Em França, os antigos ministros continuam a ter o título desse cargo, em termos vitalícios. Ou seja, em outros países os ex-governantes mantêm um certo estatuto, mas não são convidados para fazer comentário político.

Esta originalidade portuguesa revela uma outra coisa: a falta de apreço pela inteligência e pela qualidade intelectual, que não será alheia ao baixíssimo nível de escolaridade do nosso país, o pior dentro da UE.
O problema não reside na escassez de intelectuais capazes e disponíveis para reflectir e comentar a actualidade, mas antes na baixa valorização das suas reflexões. 

Isto é também flagrante e infelizmente patente na pobreza franciscana do debate público em Portugal. Após a divulgação de um estudo sério, basta a oposição, sob a forma de uma ou duas baboseiras, proferidas por alguém com alguma autoridade, não mais do que um dirigente sindical, para aniquilar aquele estudo.
Esta é, também, uma das razões explicativas para o actual desastre nacional. Num país em que basta um idiotice duma figura de autoridade, por menor que esta seja, quer a cretinice quer a autoridade, para destruir uma reflexão aprofundada, está condenado ao maior dos fracassos.
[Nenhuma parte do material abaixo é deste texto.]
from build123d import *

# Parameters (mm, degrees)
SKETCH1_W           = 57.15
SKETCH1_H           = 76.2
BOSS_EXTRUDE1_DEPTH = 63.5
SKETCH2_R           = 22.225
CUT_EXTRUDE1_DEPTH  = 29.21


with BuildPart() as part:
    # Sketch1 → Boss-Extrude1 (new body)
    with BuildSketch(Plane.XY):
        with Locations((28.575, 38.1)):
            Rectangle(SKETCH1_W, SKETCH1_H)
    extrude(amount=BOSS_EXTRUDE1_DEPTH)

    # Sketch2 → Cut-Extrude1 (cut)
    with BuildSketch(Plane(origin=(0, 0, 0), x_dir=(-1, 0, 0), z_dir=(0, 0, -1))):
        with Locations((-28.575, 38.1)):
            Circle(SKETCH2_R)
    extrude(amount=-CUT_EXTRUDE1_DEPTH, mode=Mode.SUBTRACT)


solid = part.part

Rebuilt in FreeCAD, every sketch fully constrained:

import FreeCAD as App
import Part
import Sketcher
Q = App.Units.Quantity


def add_polygon(sketch, points):
    """Adds a closed chain of lines whose ends are joined by coincident constraints."""
    first, n = sketch.GeometryCount, len(points)
    for a, b in zip(points, points[1:] + points[:1]):
        sketch.addGeometry(Part.LineSegment(App.Vector(*a, 0), App.Vector(*b, 0)), False)
    for i in range(n):
        sketch.addConstraint(Sketcher.Constraint("Coincident", first + i, 2, first + (i + 1) % n, 1))

doc = App.newDocument("Part")
body = doc.addObject("PartDesign::Body", "Body")

sketch1 = body.newObject("Sketcher::SketchObject", "Sketch")
sketch1.AttachmentSupport = (doc.getObject("XY_Plane"), [""])
sketch1.MapMode = "FlatFace"
add_polygon(sketch1, [(0, 76.2), (0, 0), (57.15, 0), (57.15, 76.2)])
sketch1.addConstraint([
    Sketcher.Constraint("Vertical", 0),
    Sketcher.Constraint("Horizontal", 1),
    Sketcher.Constraint("Vertical", 2),
    Sketcher.Constraint("Horizontal", 3),
    Sketcher.Constraint("Coincident", 0, 2, -1, 1),
    Sketcher.Constraint("DistanceY", 0, 2, 0, 1, Q("3 in")),
    Sketcher.Constraint("DistanceX", 1, 1, 1, 2, Q("2.25 in")),
])
pad1 = body.newObject("PartDesign::Pad", "Pad")
pad1.Profile = sketch1
pad1.Length = Q("2.5 in")

sketch2 = body.newObject("Sketcher::SketchObject", "Sketch001")
sketch2.AttachmentSupport = (doc.getObject("XY_Plane"), [""])
sketch2.MapMode = "FlatFace"
sketch2.addGeometry(Part.Circle(App.Vector(28.575, 38.1, 0), App.Vector(0, 0, 1), 22.225), False)
sketch2.addConstraint([
    Sketcher.Constraint("Diameter", 0, Q("1.75 in")),
    Sketcher.Constraint("DistanceY", -1, 1, 0, 3, Q("1.5 in")),
    Sketcher.Constraint("DistanceX", -1, 1, 0, 3, Q("1.125 in")),
])
pocket1 = body.newObject("PartDesign::Pocket", "Pocket")
pocket1.Profile = sketch2
pocket1.Length = Q("1.15 in")
pocket1.Reversed = True

doc.recompute()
Quando os argumentos de autoridade valem mais do que os argumentos racionais, a asneira é rainha.

Isto conduz-nos a uma das mais graves debilidades da sociedade portuguesa: a excessiva tolerância à mediocridade, à incompetência e à desonestidade dos chefes. Numa sociedade mais intolerante aos maus chefes, estes são rapidamente afastados, preservando a qualidade das instituições. Em sociedades, como a portuguesa, em que a mediocridade no topo é escandalosamente permitida, há uma terrível contaminação do conjunto das instituições submetidas a chefes tão fracos.
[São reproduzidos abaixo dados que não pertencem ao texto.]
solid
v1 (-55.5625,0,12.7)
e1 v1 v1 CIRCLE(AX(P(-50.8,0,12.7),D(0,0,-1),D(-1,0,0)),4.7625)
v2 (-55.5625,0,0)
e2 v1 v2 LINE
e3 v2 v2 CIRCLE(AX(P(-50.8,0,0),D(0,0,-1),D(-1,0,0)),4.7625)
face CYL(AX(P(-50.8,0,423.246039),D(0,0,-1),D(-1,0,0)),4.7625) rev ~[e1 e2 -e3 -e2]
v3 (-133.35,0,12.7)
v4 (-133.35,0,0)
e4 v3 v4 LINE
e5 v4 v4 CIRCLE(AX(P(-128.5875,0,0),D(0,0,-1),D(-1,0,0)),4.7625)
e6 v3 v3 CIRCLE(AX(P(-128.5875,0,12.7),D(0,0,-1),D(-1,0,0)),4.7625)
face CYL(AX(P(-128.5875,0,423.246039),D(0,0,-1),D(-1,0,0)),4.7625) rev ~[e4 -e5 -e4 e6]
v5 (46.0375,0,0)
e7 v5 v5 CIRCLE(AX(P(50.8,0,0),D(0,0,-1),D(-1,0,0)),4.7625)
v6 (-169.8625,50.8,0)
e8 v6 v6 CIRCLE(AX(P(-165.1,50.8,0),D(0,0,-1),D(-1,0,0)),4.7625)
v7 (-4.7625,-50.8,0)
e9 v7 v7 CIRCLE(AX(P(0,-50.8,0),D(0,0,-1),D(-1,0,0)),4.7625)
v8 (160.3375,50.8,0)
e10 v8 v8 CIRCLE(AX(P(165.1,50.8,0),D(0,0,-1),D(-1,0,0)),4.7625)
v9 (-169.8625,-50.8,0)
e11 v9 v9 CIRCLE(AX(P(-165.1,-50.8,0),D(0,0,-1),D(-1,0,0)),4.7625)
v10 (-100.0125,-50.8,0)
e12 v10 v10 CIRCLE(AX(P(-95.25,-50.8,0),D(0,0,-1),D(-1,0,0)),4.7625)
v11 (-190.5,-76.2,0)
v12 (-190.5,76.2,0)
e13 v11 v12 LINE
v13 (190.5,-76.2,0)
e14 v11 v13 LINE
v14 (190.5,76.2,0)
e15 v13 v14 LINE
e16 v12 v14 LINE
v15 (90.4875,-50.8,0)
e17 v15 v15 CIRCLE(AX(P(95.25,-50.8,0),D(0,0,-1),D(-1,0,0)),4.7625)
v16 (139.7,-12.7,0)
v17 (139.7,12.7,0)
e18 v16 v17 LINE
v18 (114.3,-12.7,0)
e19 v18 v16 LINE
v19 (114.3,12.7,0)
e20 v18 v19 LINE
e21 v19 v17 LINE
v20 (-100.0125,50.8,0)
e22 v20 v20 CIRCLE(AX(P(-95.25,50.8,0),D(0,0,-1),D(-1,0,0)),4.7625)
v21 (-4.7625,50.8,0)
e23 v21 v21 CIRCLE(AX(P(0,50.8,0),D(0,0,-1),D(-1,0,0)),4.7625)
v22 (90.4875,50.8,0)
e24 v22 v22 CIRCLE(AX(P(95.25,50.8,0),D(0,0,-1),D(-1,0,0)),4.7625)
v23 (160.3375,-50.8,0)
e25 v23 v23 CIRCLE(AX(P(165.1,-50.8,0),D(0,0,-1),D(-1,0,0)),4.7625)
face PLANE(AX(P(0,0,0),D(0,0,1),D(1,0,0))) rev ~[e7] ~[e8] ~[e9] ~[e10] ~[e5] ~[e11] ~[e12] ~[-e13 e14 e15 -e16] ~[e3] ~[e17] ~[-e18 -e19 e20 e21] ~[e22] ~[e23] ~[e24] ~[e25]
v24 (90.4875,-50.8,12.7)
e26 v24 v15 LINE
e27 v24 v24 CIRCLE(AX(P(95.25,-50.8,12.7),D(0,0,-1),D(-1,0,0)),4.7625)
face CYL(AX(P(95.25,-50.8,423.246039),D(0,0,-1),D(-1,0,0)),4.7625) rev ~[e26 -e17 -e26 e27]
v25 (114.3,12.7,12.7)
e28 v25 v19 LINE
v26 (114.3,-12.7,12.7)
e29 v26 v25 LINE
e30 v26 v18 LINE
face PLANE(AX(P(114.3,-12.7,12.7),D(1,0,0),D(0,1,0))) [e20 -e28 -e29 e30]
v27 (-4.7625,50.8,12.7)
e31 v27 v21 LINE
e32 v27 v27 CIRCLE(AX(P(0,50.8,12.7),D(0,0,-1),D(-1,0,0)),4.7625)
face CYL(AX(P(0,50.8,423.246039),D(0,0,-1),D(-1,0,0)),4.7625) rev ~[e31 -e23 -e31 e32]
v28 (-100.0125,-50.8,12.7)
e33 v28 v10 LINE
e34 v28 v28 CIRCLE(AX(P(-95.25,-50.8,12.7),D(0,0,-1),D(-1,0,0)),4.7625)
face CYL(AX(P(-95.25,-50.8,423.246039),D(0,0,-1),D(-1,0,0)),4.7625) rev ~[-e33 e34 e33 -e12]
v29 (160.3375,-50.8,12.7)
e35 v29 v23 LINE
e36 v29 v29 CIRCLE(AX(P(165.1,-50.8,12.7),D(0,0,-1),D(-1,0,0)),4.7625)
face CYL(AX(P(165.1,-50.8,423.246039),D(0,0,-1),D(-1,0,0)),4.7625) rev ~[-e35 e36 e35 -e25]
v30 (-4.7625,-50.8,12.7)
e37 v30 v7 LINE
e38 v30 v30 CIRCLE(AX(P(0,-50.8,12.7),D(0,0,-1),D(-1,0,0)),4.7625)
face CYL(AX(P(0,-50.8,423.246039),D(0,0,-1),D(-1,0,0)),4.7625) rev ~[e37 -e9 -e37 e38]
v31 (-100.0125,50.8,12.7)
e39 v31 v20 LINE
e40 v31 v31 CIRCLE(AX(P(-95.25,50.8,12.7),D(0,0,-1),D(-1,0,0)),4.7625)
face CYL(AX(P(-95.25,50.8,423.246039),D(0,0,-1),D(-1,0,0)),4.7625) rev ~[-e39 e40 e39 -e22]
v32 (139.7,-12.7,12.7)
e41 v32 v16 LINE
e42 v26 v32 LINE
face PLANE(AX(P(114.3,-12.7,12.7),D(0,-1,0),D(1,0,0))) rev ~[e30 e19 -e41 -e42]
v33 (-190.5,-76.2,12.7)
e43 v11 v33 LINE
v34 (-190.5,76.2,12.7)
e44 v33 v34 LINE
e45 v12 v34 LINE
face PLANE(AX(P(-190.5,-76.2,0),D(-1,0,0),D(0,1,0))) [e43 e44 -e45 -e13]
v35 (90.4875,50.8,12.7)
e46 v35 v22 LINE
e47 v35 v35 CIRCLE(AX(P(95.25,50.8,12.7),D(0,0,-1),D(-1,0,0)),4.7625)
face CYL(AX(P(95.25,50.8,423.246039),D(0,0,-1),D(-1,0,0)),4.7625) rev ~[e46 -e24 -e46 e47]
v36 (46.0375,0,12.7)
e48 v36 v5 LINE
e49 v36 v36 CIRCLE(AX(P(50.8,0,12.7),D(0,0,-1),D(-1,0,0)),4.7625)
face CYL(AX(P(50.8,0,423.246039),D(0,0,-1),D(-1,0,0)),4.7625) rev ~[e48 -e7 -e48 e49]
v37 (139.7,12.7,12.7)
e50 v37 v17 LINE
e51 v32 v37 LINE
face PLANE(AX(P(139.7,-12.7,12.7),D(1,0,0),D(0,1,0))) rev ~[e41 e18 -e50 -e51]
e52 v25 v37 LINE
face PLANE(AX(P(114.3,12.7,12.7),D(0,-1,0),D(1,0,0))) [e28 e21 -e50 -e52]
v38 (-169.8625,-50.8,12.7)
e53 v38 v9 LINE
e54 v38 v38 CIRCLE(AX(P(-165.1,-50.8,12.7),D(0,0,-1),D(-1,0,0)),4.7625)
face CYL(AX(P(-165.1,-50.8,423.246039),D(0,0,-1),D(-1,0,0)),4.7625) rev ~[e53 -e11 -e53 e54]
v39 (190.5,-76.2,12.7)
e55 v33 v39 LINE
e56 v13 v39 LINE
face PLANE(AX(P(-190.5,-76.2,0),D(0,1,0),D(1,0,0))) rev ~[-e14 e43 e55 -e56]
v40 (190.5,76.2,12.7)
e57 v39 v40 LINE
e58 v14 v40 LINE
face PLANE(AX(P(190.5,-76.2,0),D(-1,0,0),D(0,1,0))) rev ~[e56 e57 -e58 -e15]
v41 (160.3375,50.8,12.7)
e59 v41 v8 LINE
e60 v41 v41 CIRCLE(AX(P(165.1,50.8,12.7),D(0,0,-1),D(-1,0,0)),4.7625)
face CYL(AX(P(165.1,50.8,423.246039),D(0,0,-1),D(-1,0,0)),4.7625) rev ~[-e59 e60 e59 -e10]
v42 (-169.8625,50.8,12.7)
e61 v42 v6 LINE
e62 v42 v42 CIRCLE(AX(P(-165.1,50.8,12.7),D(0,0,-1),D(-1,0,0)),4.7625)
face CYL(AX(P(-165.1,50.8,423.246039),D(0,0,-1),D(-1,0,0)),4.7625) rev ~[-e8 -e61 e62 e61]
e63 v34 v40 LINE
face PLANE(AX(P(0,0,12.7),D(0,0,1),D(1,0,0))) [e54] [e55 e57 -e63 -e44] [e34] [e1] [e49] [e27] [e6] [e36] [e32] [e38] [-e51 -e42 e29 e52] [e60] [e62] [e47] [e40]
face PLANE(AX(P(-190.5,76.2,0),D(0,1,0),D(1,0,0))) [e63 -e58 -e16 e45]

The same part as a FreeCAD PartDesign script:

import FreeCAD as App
import Part
import Sketcher
Q = App.Units.Quantity


def add_polygon(sketch, points):
    """Adds a closed chain of lines whose ends are joined by coincident constraints."""
    first, n = sketch.GeometryCount, len(points)
    for a, b in zip(points, points[1:] + points[:1]):
        sketch.addGeometry(Part.LineSegment(App.Vector(*a, 0), App.Vector(*b, 0)), False)
    for i in range(n):
        sketch.addConstraint(Sketcher.Constraint("Coincident", first + i, 2, first + (i + 1) % n, 1))

doc = App.newDocument("Part")
body = doc.addObject("PartDesign::Body", "Body")

# Sketch on XY plane
sketch1 = body.newObject("Sketcher::SketchObject", "Sketch")
sketch1.AttachmentSupport = (doc.getObject("XY_Plane"), [""])
sketch1.MapMode = "FlatFace"
add_polygon(sketch1, [(-190.5, 76.2), (-190.5, -76.2), (190.5, -76.2), (190.5, 76.2)])  # lines 0-3
sketch1.addConstraint(Sketcher.Constraint("Vertical", 0))
sketch1.addConstraint(Sketcher.Constraint("Horizontal", 1))
sketch1.addConstraint(Sketcher.Constraint("Vertical", 2))
sketch1.addConstraint(Sketcher.Constraint("Horizontal", 3))
sketch1.addConstraint(Sketcher.Constraint("Symmetric", 0, 2, 2, 2, -1, 1))
sketch1.addConstraint(Sketcher.Constraint("DistanceX", 1, 1, 1, 2, Q("15 in")))
sketch1.addConstraint(Sketcher.Constraint("DistanceY", 0, 2, 0, 1, Q("6 in")))
pad1 = body.newObject("PartDesign::Pad", "Pad")
pad1.Profile = sketch1
pad1.Length = Q("0.5 in")

# Sketch on XY plane
sketch2 = body.newObject("Sketcher::SketchObject", "Sketch001")
sketch2.AttachmentSupport = (doc.getObject("XY_Plane"), [""])
sketch2.MapMode = "FlatFace"
sketch2.AttachmentOffset = App.Placement(App.Vector(0, 0, 0.5 * 25.4), App.Rotation())
sketch2.addGeometry(Part.Circle(App.Vector(-165.1, 50.8, 0), App.Vector(0, 0, 1), 4.7625), False)
sketch2.addConstraint(Sketcher.Constraint("Diameter", 0, Q("0.375 in")))
sketch2.addConstraint(Sketcher.Constraint("DistanceY", -1, 1, 0, 3, Q("2 in")))
sketch2.addConstraint(Sketcher.Constraint("DistanceX", 0, 3, -1, 1, Q("6.5 in")))
doc.recompute()
hole = body.newObject("PartDesign::Hole", "Hole")
hole.Profile = sketch2
hole.ThreadType = "None"
hole.Diameter = Q("0.375 in")
hole.DepthType = "ThroughAll"

# Sketch on XY plane
sketch3 = body.newObject("Sketcher::SketchObject", "Sketch002")
sketch3.AttachmentSupport = (doc.getObject("XY_Plane"), [""])
sketch3.MapMode = "FlatFace"
sketch3.AttachmentOffset = App.Placement(App.Vector(0, 0, 0.5 * 25.4), App.Rotation())
sketch3.addGeometry(Part.Circle(App.Vector(-95.25, 50.8, 0), App.Vector(0, 0, 1), 4.7625), False)
sketch3.addGeometry(Part.Circle(App.Vector(0, 50.8, 0), App.Vector(0, 0, 1), 4.7625), False)
sketch3.addGeometry(Part.Circle(App.Vector(95.25, 50.8, 0), App.Vector(0, 0, 1), 4.7625), False)
sketch3.addGeometry(Part.Circle(App.Vector(165.1, 50.8, 0), App.Vector(0, 0, 1), 4.7625), False)
sketch3.addGeometry(Part.Circle(App.Vector(128.5875, 0, 0), App.Vector(0, 0, 1), 4.7625), False)
sketch3.addGeometry(Part.Circle(App.Vector(50.8, 0, 0), App.Vector(0, 0, 1), 4.7625), False)
sketch3.addGeometry(Part.Circle(App.Vector(-50.8, 0, 0), App.Vector(0, 0, 1), 4.7625), False)
sketch3.addGeometry(Part.Circle(App.Vector(-128.5875, 0, 0), App.Vector(0, 0, 1), 4.7625), False)
sketch3.addGeometry(Part.Circle(App.Vector(-165.1, -50.8, 0), App.Vector(0, 0, 1), 4.7625), False)
sketch3.addGeometry(Part.Circle(App.Vector(-95.25, -50.8, 0), App.Vector(0, 0, 1), 4.7625), False)
sketch3.addGeometry(Part.Circle(App.Vector(0, -50.8, 0), App.Vector(0, 0, 1), 4.7625), False)
sketch3.addGeometry(Part.Circle(App.Vector(95.25, -50.8, 0), App.Vector(0, 0, 1), 4.7625), False)
sketch3.addGeometry(Part.Circle(App.Vector(165.1, -50.8, 0), App.Vector(0, 0, 1), 4.7625), False)
sketch3.addConstraint(Sketcher.Constraint("Equal", 0, 1))
sketch3.addConstraint(Sketcher.Constraint("Equal", 1, 2))
sketch3.addConstraint(Sketcher.Constraint("Equal", 2, 3))
sketch3.addConstraint(Sketcher.Constraint("Equal", 3, 4))
sketch3.addConstraint(Sketcher.Constraint("Equal", 4, 5))
sketch3.addConstraint(Sketcher.Constraint("Equal", 5, 6))
sketch3.addConstraint(Sketcher.Constraint("Equal", 6, 7))
sketch3.addConstraint(Sketcher.Constraint("Equal", 7, 8))
sketch3.addConstraint(Sketcher.Constraint("Equal", 8, 9))
sketch3.addConstraint(Sketcher.Constraint("Equal", 9, 10))
sketch3.addConstraint(Sketcher.Constraint("Equal", 10, 11))
sketch3.addConstraint(Sketcher.Constraint("Equal", 11, 12))
sketch3.addConstraint(Sketcher.Constraint("Symmetric", 5, 3, 6, 3, -1, 1))
sketch3.addConstraint(Sketcher.Constraint("Symmetric", 4, 3, 7, 3, -1, 1))
sketch3.addConstraint(Sketcher.Constraint("Symmetric", 3, 3, 8, 3, -1, 1))
sketch3.addConstraint(Sketcher.Constraint("Symmetric", 2, 3, 9, 3, -1, 1))
sketch3.addConstraint(Sketcher.Constraint("Symmetric", 1, 3, 10, 3, -1, 1))
sketch3.addConstraint(Sketcher.Constraint("Symmetric", 0, 3, 11, 3, -1, 1))
sketch3.addConstraint(Sketcher.Constraint("Symmetric", 0, 3, 2, 3, -2))
sketch3.addConstraint(Sketcher.Constraint("Symmetric", 8, 3, 12, 3, -2))
sketch3.addConstraint(Sketcher.Constraint("PointOnObject", 1, 3, -2))
sketch3.addConstraint(Sketcher.Constraint("PointOnObject", 4, 3, -1))
sketch3.addConstraint(Sketcher.Constraint("PointOnObject", 5, 3, -1))
sketch3.addConstraint(Sketcher.Constraint("Horizontal", 0, 3, 1, 3))
sketch3.addConstraint(Sketcher.Constraint("Horizontal", 2, 3, 3, 3))
sketch3.addConstraint(Sketcher.Constraint("Diameter", 0, Q("0.375 in")))
sketch3.addConstraint(Sketcher.Constraint("DistanceY", -1, 1, 0, 3, Q("2 in")))
sketch3.addConstraint(Sketcher.Constraint("DistanceX", -1, 1, 5, 3, Q("2 in")))
sketch3.addConstraint(Sketcher.Constraint("DistanceX", -1, 1, 3, 3, Q("6.5 in")))
sketch3.addConstraint(Sketcher.Constraint("DistanceX", 0, 3, 2, 3, Q("7.5 in")))
sketch3.addConstraint(Sketcher.Constraint("DistanceX", -1, 1, 4, 3, Q("5.0625 in")))
doc.recompute()
hole2 = body.newObject("PartDesign::Hole", "Hole001")
hole2.Profile = sketch3
hole2.ThreadType = "None"
hole2.Diameter = Q("0.375 in")
hole2.DepthType = "ThroughAll"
Por seu turno, uma sociedade dominada por medíocres nos lugares de topo, sufocando a qualidade como uma ameaça terrível, que os pode colocar em causa e que é essencial suprimir, só pode ter os piores resultados colectivos.

Acrescentaria, ainda, que em Portugal há uma dupla desvalorização da razão, por um efeito antigo e outro mais recente. O efeito antigo é o da excessiva reverência à autoridade, referido atrás, que vai para além do mero “respeitinho”. A influência mais recente diz respeito à “democratização” da opinião, em que a minha ignorância vale tanto como o conhecimento do outro.


Um dos sinais mais preocupantes é que temos assistido, nas últimas décadas, em paralelo, a um aumento da formação dos portugueses e a uma degradação da qualidade intelectual do debate público. É certo que os blogs vieram trazer uma contribuição muito enriquecedora, mas cada vez menos a sua influência se estende a públicos mais alargados.